"Fare in modo che i bambini siano messi in condizione di giocare è di per sé una psicoterapia che ha applicazioni immediate e universali" (D.W. Winnicott, 1971).
Il gioco costituisce un elemento essenziale nello sviluppo affettivo e cognitivo del bambino e la sua evoluzione accompagna la crescita e la rende possibile: dal gioco di esplorazione del proprio corpo e del corpo della madre nel neonato, al gioco simbolico e di finzione, dal gioco solitario al gioco in parallelo fino al gioco in gruppo.
Le principali funzioni del gioco sono:
- Esprimere e comunicare sentimenti ed emozioni altrimenti difficili da manifestare;
- Esplorare e strutturare un rapporto con il mondo esterno;
- Assimilare le esperienze;
- Scaricare e rilasciare tensioni fisiche ed emozioni bloccate;
- Trasformare conflitti inconsci attraverso meccanismi difensivi che nel linguaggio della psicanalisi vengono descritti come spostamento e proiezione;
- Trovare le proprie soluzioni ai problemi e le proprie strategie di confronto con la realtà;
- Sviluppare aspetti compensatori (nel gioco il bambino può diventare il più forte o il più coraggioso);
- Esercitare controllo sulle esperienze e acquisire un senso di padronanza su ciò che si è vissuto in totale impotenza;
- Familiarizzare con situazioni e oggetti potenzialmente stressanti o traumatici;
- Rovesciare i ruoli e rimettere in scena in maniera attiva ciò che si è sperimentato passivamente.
Nel corso di un ricovero in ospedale diventa essenziale incoraggiare il bambino a mantenere vivo un rapporto con la propria immaginazione, e a canalizzare nelle storie e nei disegni le sue fantasie, le sue paure e i suoi bisogni.
La diagnosi, le procedure mediche e il soggiorno in un ambiente non familiare come l'ospedale costituiscono infatti momenti potenzialmente traumatici che minacciano il senso di sé del bambino e la sua fiducia nel mondo.
Quando un evento è eccessivo il cervello non riesce a digerirlo e a elaborarlo: il trauma causa un'interruzione della normale elaborazione adattiva dell'informazione che resta impressa in modo disfunzionale nelle reti della memoria.
Nel gioco tutto questo si riflette con evidenza: in contrasto con il gioco normale che è dinamico ed espressivo del mondo interno, il gioco postraumatico è spesso statico, carico di ansia, costretto, ripetitivo, rigido, disorganizzato, privo di immaginazione e senza soluzione.

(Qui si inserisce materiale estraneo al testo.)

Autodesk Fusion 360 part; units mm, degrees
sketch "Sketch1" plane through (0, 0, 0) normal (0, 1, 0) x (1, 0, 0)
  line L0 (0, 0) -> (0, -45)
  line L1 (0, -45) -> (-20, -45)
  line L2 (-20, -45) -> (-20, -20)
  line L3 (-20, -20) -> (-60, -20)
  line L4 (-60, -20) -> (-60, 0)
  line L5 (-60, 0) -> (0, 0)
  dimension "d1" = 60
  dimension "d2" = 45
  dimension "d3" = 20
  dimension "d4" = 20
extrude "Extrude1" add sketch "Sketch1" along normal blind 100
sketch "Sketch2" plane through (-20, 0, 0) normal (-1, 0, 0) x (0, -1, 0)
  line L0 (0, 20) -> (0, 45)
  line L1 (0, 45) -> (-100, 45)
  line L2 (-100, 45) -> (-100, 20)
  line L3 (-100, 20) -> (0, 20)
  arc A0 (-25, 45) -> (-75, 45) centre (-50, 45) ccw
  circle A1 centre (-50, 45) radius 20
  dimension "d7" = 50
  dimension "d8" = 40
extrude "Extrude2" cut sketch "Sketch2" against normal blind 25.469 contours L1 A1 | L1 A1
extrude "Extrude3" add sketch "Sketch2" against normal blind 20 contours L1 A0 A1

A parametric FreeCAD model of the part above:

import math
import FreeCAD as App
import Part
import Sketcher

doc = App.newDocument("Part")
params = doc.addObject("Spreadsheet::Sheet", "Params")
for row, (alias, value) in enumerate([
    ("sketch1_width", "60 mm"),
    ("sketch1_width2", "20 mm"),
    ("sketch1_height", "45 mm"),
    ("pad1_length", "100 mm"),
    ("sketch2_diameter", "40 mm"),
    ("pocket1_length", "25.469 mm"),
    ("sketch3_radius", "25 mm"),
    ("sketch3_radius2", "20 mm"),
    ("pad2_length", "20 mm"),
], start=1):
    params.set(f"A{row}", alias)
    params.set(f"B{row}", "=" + value)
    params.setAlias(f"B{row}", alias)

body = doc.addObject("PartDesign::Body", "Body")

sketch1 = body.newObject("Sketcher::SketchObject", "Sketch")
sketch1.AttachmentSupport = (doc.getObject("XZ_Plane"), [""])
sketch1.MapMode = "FlatFace"
sketch1.addGeometry([
    Part.LineSegment(App.Vector(0, 45, 0), App.Vector(0, 0, 0)),
    Part.LineSegment(App.Vector(0, 0, 0), App.Vector(-60, 0, 0)),
    Part.LineSegment(App.Vector(-60, 0, 0), App.Vector(-60, 20, 0)),
    Part.LineSegment(App.Vector(-60, 20, 0), App.Vector(-20, 20, 0)),
    Part.LineSegment(App.Vector(-20, 20, 0), App.Vector(-20, 45, 0)),
    Part.LineSegment(App.Vector(-20, 45, 0), App.Vector(0, 45, 0)),
], False)
sketch1.addConstraint([
    Sketcher.Constraint("Coincident", 0, 2, 1, 1),
    Sketcher.Constraint("Coincident", 1, 2, 2, 1),
    Sketcher.Constraint("Coincident", 2, 2, 3, 1),
    Sketcher.Constraint("Coincident", 3, 2, 4, 1),
    Sketcher.Constraint("Coincident", 4, 2, 5, 1),
    Sketcher.Constraint("Coincident", 5, 2, 0, 1),
    Sketcher.Constraint("Vertical", 0),
    Sketcher.Constraint("Horizontal", 1),
    Sketcher.Constraint("Vertical", 2),
    Sketcher.Constraint("Horizontal", 3),
    Sketcher.Constraint("Vertical", 4),
    Sketcher.Constraint("Horizontal", 5),
    Sketcher.Constraint("Coincident", 0, 2, -1, 1),
    Sketcher.Constraint("Equal", 5, 2),
    Sketcher.Constraint("DistanceX", 1, 2, 1, 1, 60.0),
    Sketcher.Constraint("DistanceX", 5, 1, 5, 2, 20.0),
    Sketcher.Constraint("DistanceY", 0, 2, 0, 1, 45.0),
])
sketch1.setExpression("Constraints[14]", "Params.sketch1_width")
sketch1.setExpression("Constraints[15]", "Params.sketch1_width2")
sketch1.setExpression("Constraints[16]", "Params.sketch1_height")
pad1 = body.newObject("PartDesign::Pad", "Pad")
pad1.Profile = sketch1
pad1.setExpression("Length", "Params.pad1_length")
pad1.Reversed = True

sketch2 = body.newObject("Sketcher::SketchObject", "Sketch001")
sketch2.AttachmentSupport = (doc.getObject("YZ_Plane"), [""])
sketch2.MapMode = "FlatFace"
sketch2.AttachmentOffset = App.Placement(App.Vector(0, 0, -20), App.Rotation())
sketch2.addGeometry(Part.Circle(App.Vector(50, 45, 0), App.Vector(0, 0, 1), 20), False)
sketch2.addConstraint([
    Sketcher.Constraint("Diameter", 0, 40.0),
    Sketcher.Constraint("DistanceX", -1, 1, 0, 3, 50.0),
    Sketcher.Constraint("DistanceY", -1, 1, 0, 3, 45.0),
])
sketch2.setExpression("Constraints[0]", "Params.sketch2_diameter")
pocket1 = body.newObject("PartDesign::Pocket", "Pocket")
pocket1.Profile = sketch2
pocket1.setExpression("Length", "Params.pocket1_length")
pocket1.Reversed = True

sketch3 = body.newObject("Sketcher::SketchObject", "Sketch002")
sketch3.AttachmentSupport = (doc.getObject("YZ_Plane"), [""])
sketch3.MapMode = "FlatFace"
sketch3.AttachmentOffset = App.Placement(App.Vector(0, 0, -20), App.Rotation())
sketch3.addGeometry([
    Part.LineSegment(App.Vector(30, 45, 0), App.Vector(25, 45, 0)),
    Part.ArcOfCircle(Part.Circle(App.Vector(50, 45, 0), App.Vector(0, 0, 1), 25), math.radians(0), math.radians(180)),
    Part.LineSegment(App.Vector(75, 45, 0), App.Vector(70, 45, 0)),
    Part.ArcOfCircle(Part.Circle(App.Vector(50, 45, 0), App.Vector(0, 0, 1), 20), math.radians(0), math.radians(180)),
], False)
sketch3.addConstraint([
    Sketcher.Constraint("Coincident", 0, 2, 1, 2),
    Sketcher.Constraint("Coincident", 1, 1, 2, 1),
    Sketcher.Constraint("Coincident", 2, 2, 3, 1),
    Sketcher.Constraint("Coincident", 3, 2, 0, 1),
    Sketcher.Constraint("Horizontal", 0),
    Sketcher.Constraint("Horizontal", 2),
    Sketcher.Constraint("Coincident", 3, 3, 1, 3),
    Sketcher.Constraint("Horizontal", 3, 3, 0, 2),
    Sketcher.Constraint("Horizontal", 0, 2, 1, 1),
    Sketcher.Constraint("Radius", 1, 25.0),
    Sketcher.Constraint("Radius", 3, 20.0),
    Sketcher.Constraint("DistanceX", -1, 1, 1, 3, 50.0),
    Sketcher.Constraint("DistanceY", -1, 1, 1, 3, 45.0),
])
sketch3.setExpression("Constraints[9]", "Params.sketch3_radius")
sketch3.setExpression("Constraints[10]", "Params.sketch3_radius2")
pad2 = body.newObject("PartDesign::Pad", "Pad001")
pad2.Profile = sketch3
pad2.setExpression("Length", "Params.pad2_length")

doc.recompute()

Le memorie vengono immagazzinate come sensazioni somatiche (ad esempio: sensibilità tattile o percezione del dolore) e immagini visive. Durante un evento traumatico, inoltre, l'area del cervello deputata alle funzioni del linguaggio appare bloccata, limitando la capacità del bambino di narrare l'esperienza.
Perché queste esperienze possano essere elaborate bisogna quindi muoversi oltre le parole e il linguaggio verbale, aiutando i bambini a recuperare il contatto con le proprie capacità di giocare e di esprimersi.
Essendo innata nei bambini la capacità di ripresa, il ruolo degli adulti è quello di svolgere la funzione cerotto: come il cerotto non cura ma protegge e sostiene il corpo mentre questo si cura da solo, così gli adulti possono proteggere lo spazio di gioco del bambino per permettergli di accedere alle proprie risorse.
Importante è quindi facilitare il gioco e, quando richiesti, lasciarsi coinvolgere assecondando i bambini senza intervenire in maniera direttiva.
I ricordi e le esperienze difficili possono così essere canalizzati nel gioco anche quando il bambino non sia pronto a riconoscerli o le parole falliscano; e possono trovare una forma ed essere pensate, affinché possa essere recuperato un pieno funzionamento mentale.